Approached by competitor - mattjung
http://discuss.joelonsoftware.com/default.asp?biz.5.775338
======
jacquesm
"There are tons of competitors, and one of the larger ones just sent me an
email saying they'd like to talk and see if there is a way to work together. I
think what that means is I'm stealing sales and ranked #1 for the keyword they
probably want. A VC firm that invested heavily in them also called a few
months back and wants to talk (I said no thanks)."

Paranoid much ?

Really if every approach is rebuffed like that how will you respond to the one
that would have lead to either some great deal or an exit ?

The success of your business depends in a large degree on your communication
skills, if you behave like a hermit towards the groups that are the most
likely sources of 'big deals' then you have to really consider the value of
what you've just lost. Especially if you describe yourself as the smallest
fish in the pond. They're approaching you, that means you hold the cards,
theirs are on the table. Go there and _listen_.

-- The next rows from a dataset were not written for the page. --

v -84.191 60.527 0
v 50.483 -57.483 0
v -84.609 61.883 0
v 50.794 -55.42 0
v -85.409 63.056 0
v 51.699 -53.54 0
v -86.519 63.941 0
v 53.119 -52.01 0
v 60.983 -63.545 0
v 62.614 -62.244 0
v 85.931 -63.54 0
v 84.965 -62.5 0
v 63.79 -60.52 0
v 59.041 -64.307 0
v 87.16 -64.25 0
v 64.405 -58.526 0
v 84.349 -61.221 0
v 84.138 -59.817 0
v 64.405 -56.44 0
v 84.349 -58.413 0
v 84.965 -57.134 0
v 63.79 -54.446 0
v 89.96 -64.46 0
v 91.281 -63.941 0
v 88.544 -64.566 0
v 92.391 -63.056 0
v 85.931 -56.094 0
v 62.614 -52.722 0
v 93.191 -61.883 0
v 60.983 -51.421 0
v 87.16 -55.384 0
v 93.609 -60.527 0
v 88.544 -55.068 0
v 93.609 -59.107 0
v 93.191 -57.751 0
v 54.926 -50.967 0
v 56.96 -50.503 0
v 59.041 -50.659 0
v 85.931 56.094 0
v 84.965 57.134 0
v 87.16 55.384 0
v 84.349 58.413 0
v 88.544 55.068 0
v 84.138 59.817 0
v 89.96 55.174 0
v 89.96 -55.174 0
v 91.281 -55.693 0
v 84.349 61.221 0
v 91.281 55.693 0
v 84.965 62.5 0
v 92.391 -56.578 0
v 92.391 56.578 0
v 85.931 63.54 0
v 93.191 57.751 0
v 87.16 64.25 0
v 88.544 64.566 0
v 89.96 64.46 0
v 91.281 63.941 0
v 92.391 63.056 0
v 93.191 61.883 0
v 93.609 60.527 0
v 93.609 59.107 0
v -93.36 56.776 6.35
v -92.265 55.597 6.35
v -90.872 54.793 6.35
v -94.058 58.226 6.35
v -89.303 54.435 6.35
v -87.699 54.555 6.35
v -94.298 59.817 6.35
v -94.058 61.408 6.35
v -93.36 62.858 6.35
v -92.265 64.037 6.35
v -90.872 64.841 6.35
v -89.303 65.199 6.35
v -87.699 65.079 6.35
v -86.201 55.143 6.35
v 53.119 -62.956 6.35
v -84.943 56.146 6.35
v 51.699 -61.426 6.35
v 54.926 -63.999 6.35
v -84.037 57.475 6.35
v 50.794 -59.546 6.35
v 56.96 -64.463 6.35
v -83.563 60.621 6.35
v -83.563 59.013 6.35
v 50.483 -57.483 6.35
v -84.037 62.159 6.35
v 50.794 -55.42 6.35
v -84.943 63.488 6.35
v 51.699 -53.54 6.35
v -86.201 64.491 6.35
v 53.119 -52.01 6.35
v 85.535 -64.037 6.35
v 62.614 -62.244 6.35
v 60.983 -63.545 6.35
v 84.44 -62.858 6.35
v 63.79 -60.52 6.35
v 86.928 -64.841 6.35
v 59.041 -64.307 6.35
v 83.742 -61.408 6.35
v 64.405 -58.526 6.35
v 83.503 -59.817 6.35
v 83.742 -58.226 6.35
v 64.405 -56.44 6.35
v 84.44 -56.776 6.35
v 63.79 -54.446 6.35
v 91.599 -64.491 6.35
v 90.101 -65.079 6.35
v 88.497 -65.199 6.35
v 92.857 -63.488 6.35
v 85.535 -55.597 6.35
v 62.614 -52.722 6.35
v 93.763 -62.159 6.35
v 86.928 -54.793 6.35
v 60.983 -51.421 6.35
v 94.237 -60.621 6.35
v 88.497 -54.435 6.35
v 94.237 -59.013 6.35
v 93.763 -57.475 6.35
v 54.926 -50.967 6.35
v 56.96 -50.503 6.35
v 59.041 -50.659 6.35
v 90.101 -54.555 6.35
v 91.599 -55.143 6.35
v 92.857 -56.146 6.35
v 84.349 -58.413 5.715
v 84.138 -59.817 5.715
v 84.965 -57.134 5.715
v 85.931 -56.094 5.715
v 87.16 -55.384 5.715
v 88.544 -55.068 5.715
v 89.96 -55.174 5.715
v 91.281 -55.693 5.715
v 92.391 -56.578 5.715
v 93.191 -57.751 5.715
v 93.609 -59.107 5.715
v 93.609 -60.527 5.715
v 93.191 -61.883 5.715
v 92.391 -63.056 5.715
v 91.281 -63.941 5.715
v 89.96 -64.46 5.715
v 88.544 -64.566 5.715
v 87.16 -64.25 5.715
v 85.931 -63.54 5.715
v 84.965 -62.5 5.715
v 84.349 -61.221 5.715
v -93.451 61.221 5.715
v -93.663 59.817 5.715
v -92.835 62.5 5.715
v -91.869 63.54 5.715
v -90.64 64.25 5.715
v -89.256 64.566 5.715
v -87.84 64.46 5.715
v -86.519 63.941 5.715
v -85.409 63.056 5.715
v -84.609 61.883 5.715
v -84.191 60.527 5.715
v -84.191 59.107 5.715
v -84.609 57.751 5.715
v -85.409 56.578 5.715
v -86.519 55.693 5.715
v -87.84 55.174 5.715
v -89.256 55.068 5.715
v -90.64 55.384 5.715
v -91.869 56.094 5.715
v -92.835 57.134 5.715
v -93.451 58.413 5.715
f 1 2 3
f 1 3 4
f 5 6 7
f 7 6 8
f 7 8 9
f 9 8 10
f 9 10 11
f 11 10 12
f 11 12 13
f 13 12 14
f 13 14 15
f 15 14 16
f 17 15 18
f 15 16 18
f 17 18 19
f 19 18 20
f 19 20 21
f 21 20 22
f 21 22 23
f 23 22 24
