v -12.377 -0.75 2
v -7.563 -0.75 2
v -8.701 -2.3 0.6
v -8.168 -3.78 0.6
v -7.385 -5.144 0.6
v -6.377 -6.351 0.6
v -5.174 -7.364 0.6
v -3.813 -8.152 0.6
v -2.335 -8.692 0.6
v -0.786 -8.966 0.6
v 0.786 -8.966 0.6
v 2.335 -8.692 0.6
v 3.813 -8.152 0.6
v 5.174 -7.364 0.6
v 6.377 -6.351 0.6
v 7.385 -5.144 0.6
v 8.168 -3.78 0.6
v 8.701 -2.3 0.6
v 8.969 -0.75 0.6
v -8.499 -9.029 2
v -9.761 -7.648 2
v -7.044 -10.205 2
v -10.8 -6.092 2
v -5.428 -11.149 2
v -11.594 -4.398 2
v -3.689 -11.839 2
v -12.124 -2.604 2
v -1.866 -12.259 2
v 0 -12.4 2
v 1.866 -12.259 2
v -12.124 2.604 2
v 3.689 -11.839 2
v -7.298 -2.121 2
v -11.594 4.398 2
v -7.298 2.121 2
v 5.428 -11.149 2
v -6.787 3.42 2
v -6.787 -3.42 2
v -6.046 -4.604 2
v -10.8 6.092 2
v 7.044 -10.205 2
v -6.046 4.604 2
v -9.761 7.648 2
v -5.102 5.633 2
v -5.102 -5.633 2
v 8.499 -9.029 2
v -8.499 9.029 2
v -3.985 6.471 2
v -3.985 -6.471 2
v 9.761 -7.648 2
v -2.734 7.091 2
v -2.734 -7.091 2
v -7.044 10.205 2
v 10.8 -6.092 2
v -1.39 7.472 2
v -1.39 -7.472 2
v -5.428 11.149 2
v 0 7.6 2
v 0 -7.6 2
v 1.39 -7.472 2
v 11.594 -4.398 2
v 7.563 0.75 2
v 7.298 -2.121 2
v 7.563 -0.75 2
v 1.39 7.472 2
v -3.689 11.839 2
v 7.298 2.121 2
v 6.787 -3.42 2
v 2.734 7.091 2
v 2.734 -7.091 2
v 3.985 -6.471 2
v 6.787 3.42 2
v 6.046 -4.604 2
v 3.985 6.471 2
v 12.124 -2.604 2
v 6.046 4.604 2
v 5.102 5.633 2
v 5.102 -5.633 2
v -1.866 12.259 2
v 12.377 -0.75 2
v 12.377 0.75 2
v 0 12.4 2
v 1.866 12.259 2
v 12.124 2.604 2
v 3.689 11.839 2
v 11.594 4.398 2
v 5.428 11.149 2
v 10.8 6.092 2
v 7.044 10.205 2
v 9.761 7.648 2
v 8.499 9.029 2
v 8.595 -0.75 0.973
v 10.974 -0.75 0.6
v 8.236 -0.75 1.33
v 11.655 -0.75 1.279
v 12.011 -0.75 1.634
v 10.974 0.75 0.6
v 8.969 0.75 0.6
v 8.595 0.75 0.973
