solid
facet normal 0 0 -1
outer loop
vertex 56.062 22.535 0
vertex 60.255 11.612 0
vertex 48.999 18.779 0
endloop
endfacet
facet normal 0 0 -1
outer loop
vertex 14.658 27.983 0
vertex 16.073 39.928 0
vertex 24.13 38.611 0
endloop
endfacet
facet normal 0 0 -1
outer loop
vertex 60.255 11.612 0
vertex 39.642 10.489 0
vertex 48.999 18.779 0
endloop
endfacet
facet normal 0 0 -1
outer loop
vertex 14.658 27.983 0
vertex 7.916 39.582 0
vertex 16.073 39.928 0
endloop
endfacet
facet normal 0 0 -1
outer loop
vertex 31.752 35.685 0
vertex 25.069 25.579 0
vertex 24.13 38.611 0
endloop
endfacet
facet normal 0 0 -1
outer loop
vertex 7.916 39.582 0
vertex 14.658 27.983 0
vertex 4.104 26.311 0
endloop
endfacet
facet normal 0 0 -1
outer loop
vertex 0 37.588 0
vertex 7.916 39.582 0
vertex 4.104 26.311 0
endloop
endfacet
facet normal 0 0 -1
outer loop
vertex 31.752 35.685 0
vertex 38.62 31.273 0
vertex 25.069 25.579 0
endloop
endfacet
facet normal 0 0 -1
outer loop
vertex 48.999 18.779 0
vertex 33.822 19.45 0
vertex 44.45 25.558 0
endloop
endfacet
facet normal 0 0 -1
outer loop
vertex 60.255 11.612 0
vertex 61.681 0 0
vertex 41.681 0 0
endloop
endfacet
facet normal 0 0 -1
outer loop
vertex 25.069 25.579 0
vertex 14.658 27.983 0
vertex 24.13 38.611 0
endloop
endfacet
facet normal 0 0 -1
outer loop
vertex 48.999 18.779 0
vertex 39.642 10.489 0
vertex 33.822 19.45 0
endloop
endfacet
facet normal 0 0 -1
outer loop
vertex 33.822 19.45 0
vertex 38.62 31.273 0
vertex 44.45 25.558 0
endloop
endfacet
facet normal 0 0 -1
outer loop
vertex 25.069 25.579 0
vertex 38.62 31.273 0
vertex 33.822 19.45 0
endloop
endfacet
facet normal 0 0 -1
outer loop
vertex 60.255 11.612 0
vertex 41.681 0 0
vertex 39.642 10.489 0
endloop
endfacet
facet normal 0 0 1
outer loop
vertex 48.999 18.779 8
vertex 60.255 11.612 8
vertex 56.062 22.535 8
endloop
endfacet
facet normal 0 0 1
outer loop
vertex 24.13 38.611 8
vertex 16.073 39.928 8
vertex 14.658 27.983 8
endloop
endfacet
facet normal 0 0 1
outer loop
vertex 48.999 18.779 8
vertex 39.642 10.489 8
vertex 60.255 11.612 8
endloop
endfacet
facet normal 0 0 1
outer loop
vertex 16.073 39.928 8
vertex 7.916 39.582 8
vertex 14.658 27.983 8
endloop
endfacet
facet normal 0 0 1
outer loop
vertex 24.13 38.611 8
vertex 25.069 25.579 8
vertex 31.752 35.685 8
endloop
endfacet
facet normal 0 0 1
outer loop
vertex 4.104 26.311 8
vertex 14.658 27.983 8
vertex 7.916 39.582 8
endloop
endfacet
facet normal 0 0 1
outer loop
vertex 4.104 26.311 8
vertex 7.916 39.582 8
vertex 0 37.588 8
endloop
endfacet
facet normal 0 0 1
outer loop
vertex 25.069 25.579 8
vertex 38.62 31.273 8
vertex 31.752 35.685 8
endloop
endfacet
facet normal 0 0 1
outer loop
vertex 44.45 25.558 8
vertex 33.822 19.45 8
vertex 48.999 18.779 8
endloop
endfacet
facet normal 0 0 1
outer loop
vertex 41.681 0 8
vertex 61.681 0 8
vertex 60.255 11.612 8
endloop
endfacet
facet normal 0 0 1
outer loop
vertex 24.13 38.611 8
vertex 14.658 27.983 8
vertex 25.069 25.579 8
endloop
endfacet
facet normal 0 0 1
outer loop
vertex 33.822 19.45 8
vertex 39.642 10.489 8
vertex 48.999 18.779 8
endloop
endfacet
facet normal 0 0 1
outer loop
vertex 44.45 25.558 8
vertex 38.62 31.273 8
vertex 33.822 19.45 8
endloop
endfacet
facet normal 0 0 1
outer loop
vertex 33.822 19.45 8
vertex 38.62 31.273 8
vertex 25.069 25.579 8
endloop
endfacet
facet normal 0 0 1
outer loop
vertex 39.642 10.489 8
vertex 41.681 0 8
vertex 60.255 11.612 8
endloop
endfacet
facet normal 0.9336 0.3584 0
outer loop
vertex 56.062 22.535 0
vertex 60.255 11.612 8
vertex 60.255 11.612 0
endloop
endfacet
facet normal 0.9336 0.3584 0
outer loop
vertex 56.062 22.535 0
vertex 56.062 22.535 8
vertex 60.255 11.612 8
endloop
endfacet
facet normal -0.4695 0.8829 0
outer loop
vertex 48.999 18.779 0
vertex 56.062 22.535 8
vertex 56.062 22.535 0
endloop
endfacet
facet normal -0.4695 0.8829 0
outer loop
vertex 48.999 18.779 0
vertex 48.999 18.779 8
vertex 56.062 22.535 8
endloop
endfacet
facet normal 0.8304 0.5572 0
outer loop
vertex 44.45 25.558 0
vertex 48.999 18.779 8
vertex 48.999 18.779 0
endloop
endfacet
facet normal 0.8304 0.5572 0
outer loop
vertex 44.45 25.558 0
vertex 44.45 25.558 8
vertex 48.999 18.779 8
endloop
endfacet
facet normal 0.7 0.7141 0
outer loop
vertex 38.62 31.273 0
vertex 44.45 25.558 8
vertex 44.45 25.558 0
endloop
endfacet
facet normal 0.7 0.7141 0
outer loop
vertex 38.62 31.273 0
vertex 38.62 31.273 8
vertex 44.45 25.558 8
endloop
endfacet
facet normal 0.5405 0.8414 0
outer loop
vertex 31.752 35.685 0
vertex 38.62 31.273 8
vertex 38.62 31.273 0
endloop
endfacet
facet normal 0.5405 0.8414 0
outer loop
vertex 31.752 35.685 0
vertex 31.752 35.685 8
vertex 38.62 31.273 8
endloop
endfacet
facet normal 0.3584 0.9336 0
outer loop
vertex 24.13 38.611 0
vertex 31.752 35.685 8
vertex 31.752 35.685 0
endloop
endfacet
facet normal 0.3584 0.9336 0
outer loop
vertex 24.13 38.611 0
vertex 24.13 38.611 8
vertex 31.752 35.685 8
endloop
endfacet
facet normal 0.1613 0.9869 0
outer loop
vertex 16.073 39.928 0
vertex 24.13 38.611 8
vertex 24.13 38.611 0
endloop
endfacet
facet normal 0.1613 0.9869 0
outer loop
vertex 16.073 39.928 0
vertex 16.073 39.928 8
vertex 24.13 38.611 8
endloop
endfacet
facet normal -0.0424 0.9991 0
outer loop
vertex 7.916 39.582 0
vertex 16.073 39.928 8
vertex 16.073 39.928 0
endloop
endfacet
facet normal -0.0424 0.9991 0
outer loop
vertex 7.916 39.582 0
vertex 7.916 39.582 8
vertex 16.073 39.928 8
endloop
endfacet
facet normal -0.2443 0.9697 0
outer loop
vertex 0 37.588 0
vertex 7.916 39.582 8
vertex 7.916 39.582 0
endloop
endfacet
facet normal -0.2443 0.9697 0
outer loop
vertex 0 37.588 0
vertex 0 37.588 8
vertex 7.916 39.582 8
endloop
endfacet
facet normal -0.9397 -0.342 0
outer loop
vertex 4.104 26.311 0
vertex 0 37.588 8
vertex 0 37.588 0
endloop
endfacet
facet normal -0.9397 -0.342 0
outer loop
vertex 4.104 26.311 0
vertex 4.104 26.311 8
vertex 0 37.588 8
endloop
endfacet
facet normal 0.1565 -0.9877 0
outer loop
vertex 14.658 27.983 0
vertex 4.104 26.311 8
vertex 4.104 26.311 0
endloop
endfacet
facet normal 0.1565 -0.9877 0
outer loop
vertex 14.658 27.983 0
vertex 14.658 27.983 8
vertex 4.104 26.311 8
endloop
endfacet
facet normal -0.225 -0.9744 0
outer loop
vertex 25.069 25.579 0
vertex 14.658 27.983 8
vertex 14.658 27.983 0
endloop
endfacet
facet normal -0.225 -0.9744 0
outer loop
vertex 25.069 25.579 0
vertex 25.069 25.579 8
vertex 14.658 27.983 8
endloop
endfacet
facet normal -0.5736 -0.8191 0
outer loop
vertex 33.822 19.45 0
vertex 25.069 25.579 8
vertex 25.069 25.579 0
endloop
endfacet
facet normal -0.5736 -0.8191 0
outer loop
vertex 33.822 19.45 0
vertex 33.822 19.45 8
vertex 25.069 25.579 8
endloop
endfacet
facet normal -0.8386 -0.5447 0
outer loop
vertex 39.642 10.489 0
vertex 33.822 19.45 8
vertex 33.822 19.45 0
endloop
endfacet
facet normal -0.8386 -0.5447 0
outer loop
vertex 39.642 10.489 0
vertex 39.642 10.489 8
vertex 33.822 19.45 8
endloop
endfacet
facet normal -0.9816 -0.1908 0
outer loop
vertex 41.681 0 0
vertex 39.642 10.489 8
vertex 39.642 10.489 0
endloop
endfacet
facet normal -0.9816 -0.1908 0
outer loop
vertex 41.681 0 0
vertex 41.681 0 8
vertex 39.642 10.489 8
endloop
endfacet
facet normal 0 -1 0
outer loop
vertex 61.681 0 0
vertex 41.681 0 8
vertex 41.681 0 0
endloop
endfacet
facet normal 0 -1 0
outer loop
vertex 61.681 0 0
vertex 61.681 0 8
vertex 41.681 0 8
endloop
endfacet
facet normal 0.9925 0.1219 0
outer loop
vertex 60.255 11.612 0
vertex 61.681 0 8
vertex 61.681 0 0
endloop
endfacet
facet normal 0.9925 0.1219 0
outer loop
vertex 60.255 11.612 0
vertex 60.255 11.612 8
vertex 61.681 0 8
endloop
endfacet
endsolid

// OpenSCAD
$fn = 32;

// ----------------------------------------------------------------------
// Arc stop: segment, 8 mm thick
// ----------------------------------------------------------------------

// --- parameters (mm) ---
profile_height = 8;       // extrusion height
profile_points = 17;      // points of the closed outline

profile = [[61.681, 0], [60.255, 11.612], [56.062, 22.535], [48.999, 18.779], [44.45, 25.558], [38.62, 31.273], [31.752, 35.685], [24.13, 38.611], [16.073, 39.928], [7.916, 39.582], [0, 37.588], [4.104, 26.311], [14.658, 27.983], [25.069, 25.579], [33.822, 19.45], [39.642, 10.489], [41.681, 0]];  // single closed polygon, 17 points, counter clockwise

// --- the one profile operation ---
linear_extrude(height = profile_height) polygon(points = profile);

Nobody ever died communicating with a competitor or one of their VCs, if your
main worry is some silly keyword ranking (as if that's the only way to build a
business) then simply don't give away anything related to that.

------
swombat
Jesus, what's the big deal? Just go and talk to them. Don't give away any
sensitive information, of course, but you can learn as much, if not more, in
an informal chat, as they can. People really shouldn't be so afraid of talking
to competitors.

Competitors are just other entrepreneurs who are trying to solve the same
problem as you. You should be on good terms, not paranoid.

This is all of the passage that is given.